*ACTIVITY*: Output exactly the lines below, starting with the line that has "BOSS_EXTRUDE1_DEPTH = 3" and going on through the line that has "extrude(amount=BOSS_EXTRUDE1_DEPTH)", both included, and no other lines.

*** RECORDS FOR THIS EXERCISE ***

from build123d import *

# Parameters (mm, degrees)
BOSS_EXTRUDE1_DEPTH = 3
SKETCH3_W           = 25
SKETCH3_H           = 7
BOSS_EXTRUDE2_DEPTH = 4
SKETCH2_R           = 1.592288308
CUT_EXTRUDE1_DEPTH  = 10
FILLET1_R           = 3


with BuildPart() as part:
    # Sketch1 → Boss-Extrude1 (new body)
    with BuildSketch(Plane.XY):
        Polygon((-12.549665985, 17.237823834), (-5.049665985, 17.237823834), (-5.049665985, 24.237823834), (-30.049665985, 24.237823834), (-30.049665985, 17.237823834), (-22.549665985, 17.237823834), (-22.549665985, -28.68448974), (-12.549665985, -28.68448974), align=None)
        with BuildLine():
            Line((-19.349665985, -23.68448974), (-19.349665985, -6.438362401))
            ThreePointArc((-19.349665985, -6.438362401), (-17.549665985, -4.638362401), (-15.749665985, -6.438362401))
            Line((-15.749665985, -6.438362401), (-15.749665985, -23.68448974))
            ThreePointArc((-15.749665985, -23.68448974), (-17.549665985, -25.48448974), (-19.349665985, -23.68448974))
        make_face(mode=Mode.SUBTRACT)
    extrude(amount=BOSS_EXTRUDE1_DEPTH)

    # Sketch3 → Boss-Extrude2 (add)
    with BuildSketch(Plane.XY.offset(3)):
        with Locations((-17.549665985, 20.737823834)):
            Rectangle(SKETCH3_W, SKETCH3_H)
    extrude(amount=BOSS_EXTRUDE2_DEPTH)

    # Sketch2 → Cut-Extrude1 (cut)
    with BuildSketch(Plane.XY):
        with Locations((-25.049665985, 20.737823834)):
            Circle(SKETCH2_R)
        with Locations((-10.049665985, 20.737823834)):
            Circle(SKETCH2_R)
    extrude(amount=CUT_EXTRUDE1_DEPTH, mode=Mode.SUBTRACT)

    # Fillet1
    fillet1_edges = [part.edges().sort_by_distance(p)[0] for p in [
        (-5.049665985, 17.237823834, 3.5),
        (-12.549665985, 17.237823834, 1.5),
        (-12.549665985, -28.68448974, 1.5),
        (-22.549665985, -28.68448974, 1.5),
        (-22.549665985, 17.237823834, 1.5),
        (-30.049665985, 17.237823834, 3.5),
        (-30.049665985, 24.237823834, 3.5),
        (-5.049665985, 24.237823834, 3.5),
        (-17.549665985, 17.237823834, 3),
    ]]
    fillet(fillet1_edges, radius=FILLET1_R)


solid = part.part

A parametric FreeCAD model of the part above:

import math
import FreeCAD as App
import Part
import Sketcher


def edges_at(feature, points):
    """Names of the edges that pass closest to the given points."""
    edges = feature.Shape.Edges
    near = lambda p: min(range(len(edges)), key=lambda i: edges[i].distToShape(Part.Vertex(*p))[0])
    return sorted({f"Edge{near(p) + 1}" for p in points})


def add_polygon(sketch, points):
    """Adds a closed chain of lines whose ends are joined by coincident constraints."""
    first, n = sketch.GeometryCount, len(points)
    for a, b in zip(points, points[1:] + points[:1]):
        sketch.addGeometry(Part.LineSegment(App.Vector(*a, 0), App.Vector(*b, 0)), False)
    for i in range(n):
        sketch.addConstraint(Sketcher.Constraint("Coincident", first + i, 2, first + (i + 1) % n, 1))

doc = App.newDocument("Part")
body = doc.addObject("PartDesign::Body", "Body")

# Sketch on XY plane
sketch1 = doc.addObject("Sketcher::SketchObject", "Sketch")
body.addObject(sketch1)
sketch1.AttachmentSupport = (doc.XY_Plane, [""])
sketch1.MapMode = "FlatFace"
add_polygon(sketch1, [(-12.549666, 17.237824), (-5.049666, 17.237824), (-5.049666, 24.237824), (-30.049666, 24.237824), (-30.049666, 17.237824), (-22.549666, 17.237824), (-22.549666, -28.68449), (-12.549666, -28.68449)])  # lines 0-7
sketch1.addGeometry(Part.ArcOfCircle(Part.Circle(App.Vector(-17.549666, -23.68449, 0), App.Vector(0, 0, 1), 1.8), math.radians(180), math.radians(360)), False)  # 8
sketch1.addGeometry(Part.LineSegment(App.Vector(-19.349666, -23.68449, 0), App.Vector(-19.349666, -6.438362, 0)), False)  # 9
sketch1.addGeometry(Part.ArcOfCircle(Part.Circle(App.Vector(-17.549666, -6.438362, 0), App.Vector(0, 0, 1), 1.8), math.radians(0), math.radians(180)), False)  # 10
sketch1.addGeometry(Part.LineSegment(App.Vector(-15.749666, -6.438362, 0), App.Vector(-15.749666, -23.68449, 0)), False)  # 11
sketch1.addConstraint([
    Sketcher.Constraint("Tangent", 8, 1, 9, 1),
    Sketcher.Constraint("Tangent", 9, 2, 10, 2),
    Sketcher.Constraint("Tangent", 10, 1, 11, 1),
    Sketcher.Constraint("Tangent", 11, 2, 8, 2),
    Sketcher.Constraint("Horizontal", 0),
    Sketcher.Constraint("Vertical", 1),
    Sketcher.Constraint("Horizontal", 2),
    Sketcher.Constraint("Vertical", 3),
    Sketcher.Constraint("Horizontal", 4),
    Sketcher.Constraint("Vertical", 5),
    Sketcher.Constraint("Horizontal", 6),
    Sketcher.Constraint("Vertical", 7),
    Sketcher.Constraint("Vertical", 9),
    Sketcher.Constraint("Vertical", 11),
    Sketcher.Constraint("Horizontal", 0, 2, 3, 2),
    Sketcher.Constraint("Equal", 0, 4),
    Sketcher.Constraint("Radius", 8, 1.8),
    Sketcher.Constraint("DistanceX", 2, 2, 2, 1, 25.0),
    Sketcher.Constraint("DistanceX", 6, 1, 6, 2, 10.0),
    Sketcher.Constraint("DistanceY", 1, 1, 1, 2, 7.0),
    Sketcher.Constraint("DistanceX", 4, 2, 10, 3, 5.0),
    Sketcher.Constraint("DistanceY", 5, 2, 8, 3, 5.0),
    Sketcher.Constraint("DistanceY", 5, 2, 5, 1, 45.922314),
    Sketcher.Constraint("DistanceY", 9, 1, 9, 2, 17.246127),
    Sketcher.Constraint("DistanceY", 8, 3, -1, 1, 23.68449),
    Sketcher.Constraint("DistanceX", 8, 3, -1, 1, 17.549666),
])
pad1 = doc.addObject("PartDesign::Pad", "Pad")
body.addObject(pad1)
pad1.Profile = sketch1
pad1.Length = 3

# Sketch on XY plane
sketch2 = doc.addObject("Sketcher::SketchObject", "Sketch001")
body.addObject(sketch2)
sketch2.AttachmentSupport = (doc.XY_Plane, [""])
sketch2.MapMode = "FlatFace"
sketch2.AttachmentOffset = App.Placement(App.Vector(0, 0, 3), App.Rotation())
add_polygon(sketch2, [(-30.049666, 24.237824), (-30.049666, 17.237824), (-5.049666, 17.237824), (-5.049666, 24.237824)])  # lines 0-3
sketch2.addConstraint([
    Sketcher.Constraint("Vertical", 0),
    Sketcher.Constraint("Horizontal", 1),
    Sketcher.Constraint("Vertical", 2),
    Sketcher.Constraint("Horizontal", 3),
    Sketcher.Constraint("DistanceX", 1, 1, 1, 2, 25.0),
    Sketcher.Constraint("DistanceY", 0, 2, 0, 1, 7.0),
    Sketcher.Constraint("DistanceX", 0, 2, -1, 1, 30.049666),
    Sketcher.Constraint("DistanceY", -1, 1, 0, 2, 17.237824),
])
pad2 = doc.addObject("PartDesign::Pad", "Pad001")
body.addObject(pad2)
pad2.Profile = sketch2
pad2.Length = 4

# Sketch on XY plane
sketch3 = doc.addObject("Sketcher::SketchObject", "Sketch002")
body.addObject(sketch3)
sketch3.AttachmentSupport = (doc.XY_Plane, [""])
sketch3.MapMode = "FlatFace"
sketch3.addGeometry([
    Part.Circle(App.Vector(-25.049666, 20.737824, 0), App.Vector(0, 0, 1), 1.592288),
    Part.Circle(App.Vector(-10.049666, 20.737824, 0), App.Vector(0, 0, 1), 1.592288),
], False)
sketch3.addConstraint([
    Sketcher.Constraint("Equal", 0, 1),
    Sketcher.Constraint("Horizontal", 0, 3, 1, 3),
    Sketcher.Constraint("DistanceX", 0, 3, 1, 3, 15.0),
    Sketcher.Constraint("Diameter", 0, 3.184577),
    Sketcher.Constraint("DistanceX", 0, 3, -1, 1, 25.049666),
    Sketcher.Constraint("DistanceY", -1, 1, 0, 3, 20.737824),
])
pocket1 = doc.addObject("PartDesign::Pocket", "Pocket")
body.addObject(pocket1)
pocket1.Profile = sketch3
pocket1.Length = 10
pocket1.Reversed = True
doc.recompute()

fillet = doc.addObject("PartDesign::Fillet", "Fillet")
body.addObject(fillet)
fillet.Base = (pocket1, edges_at(pocket1, [
    (-5.05, 17.238, 3.5),
    (-12.55, 17.238, 1.5),
    (-12.55, -28.684, 1.5),
    (-22.55, -28.684, 1.5),
    (-22.55, 17.238, 1.5),
    (-30.05, 17.238, 3.5),
    (-30.05, 24.238, 3.5),
    (-5.05, 24.238, 3.5),
    (-17.55, 17.238, 3),
]))
fillet.Radius = 3

doc.recompute()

***

*TASK OUTPUT*:
BOSS_EXTRUDE1_DEPTH = 3
SKETCH3_W           = 25
SKETCH3_H           = 7
BOSS_EXTRUDE2_DEPTH = 4
SKETCH2_R           = 1.592288308
CUT_EXTRUDE1_DEPTH  = 10
FILLET1_R           = 3


with BuildPart() as part:
    # Sketch1 → Boss-Extrude1 (new body)
    with BuildSketch(Plane.XY):
        Polygon((-12.549665985, 17.237823834), (-5.049665985, 17.237823834), (-5.049665985, 24.237823834), (-30.049665985, 24.237823834), (-30.049665985, 17.237823834), (-22.549665985, 17.237823834), (-22.549665985, -28.68448974), (-12.549665985, -28.68448974), align=None)
        with BuildLine():
            Line((-19.349665985, -23.68448974), (-19.349665985, -6.438362401))
            ThreePointArc((-19.349665985, -6.438362401), (-17.549665985, -4.638362401), (-15.749665985, -6.438362401))
            Line((-15.749665985, -6.438362401), (-15.749665985, -23.68448974))
            ThreePointArc((-15.749665985, -23.68448974), (-17.549665985, -25.48448974), (-19.349665985, -23.68448974))
        make_face(mode=Mode.SUBTRACT)
    extrude(amount=BOSS_EXTRUDE1_DEPTH)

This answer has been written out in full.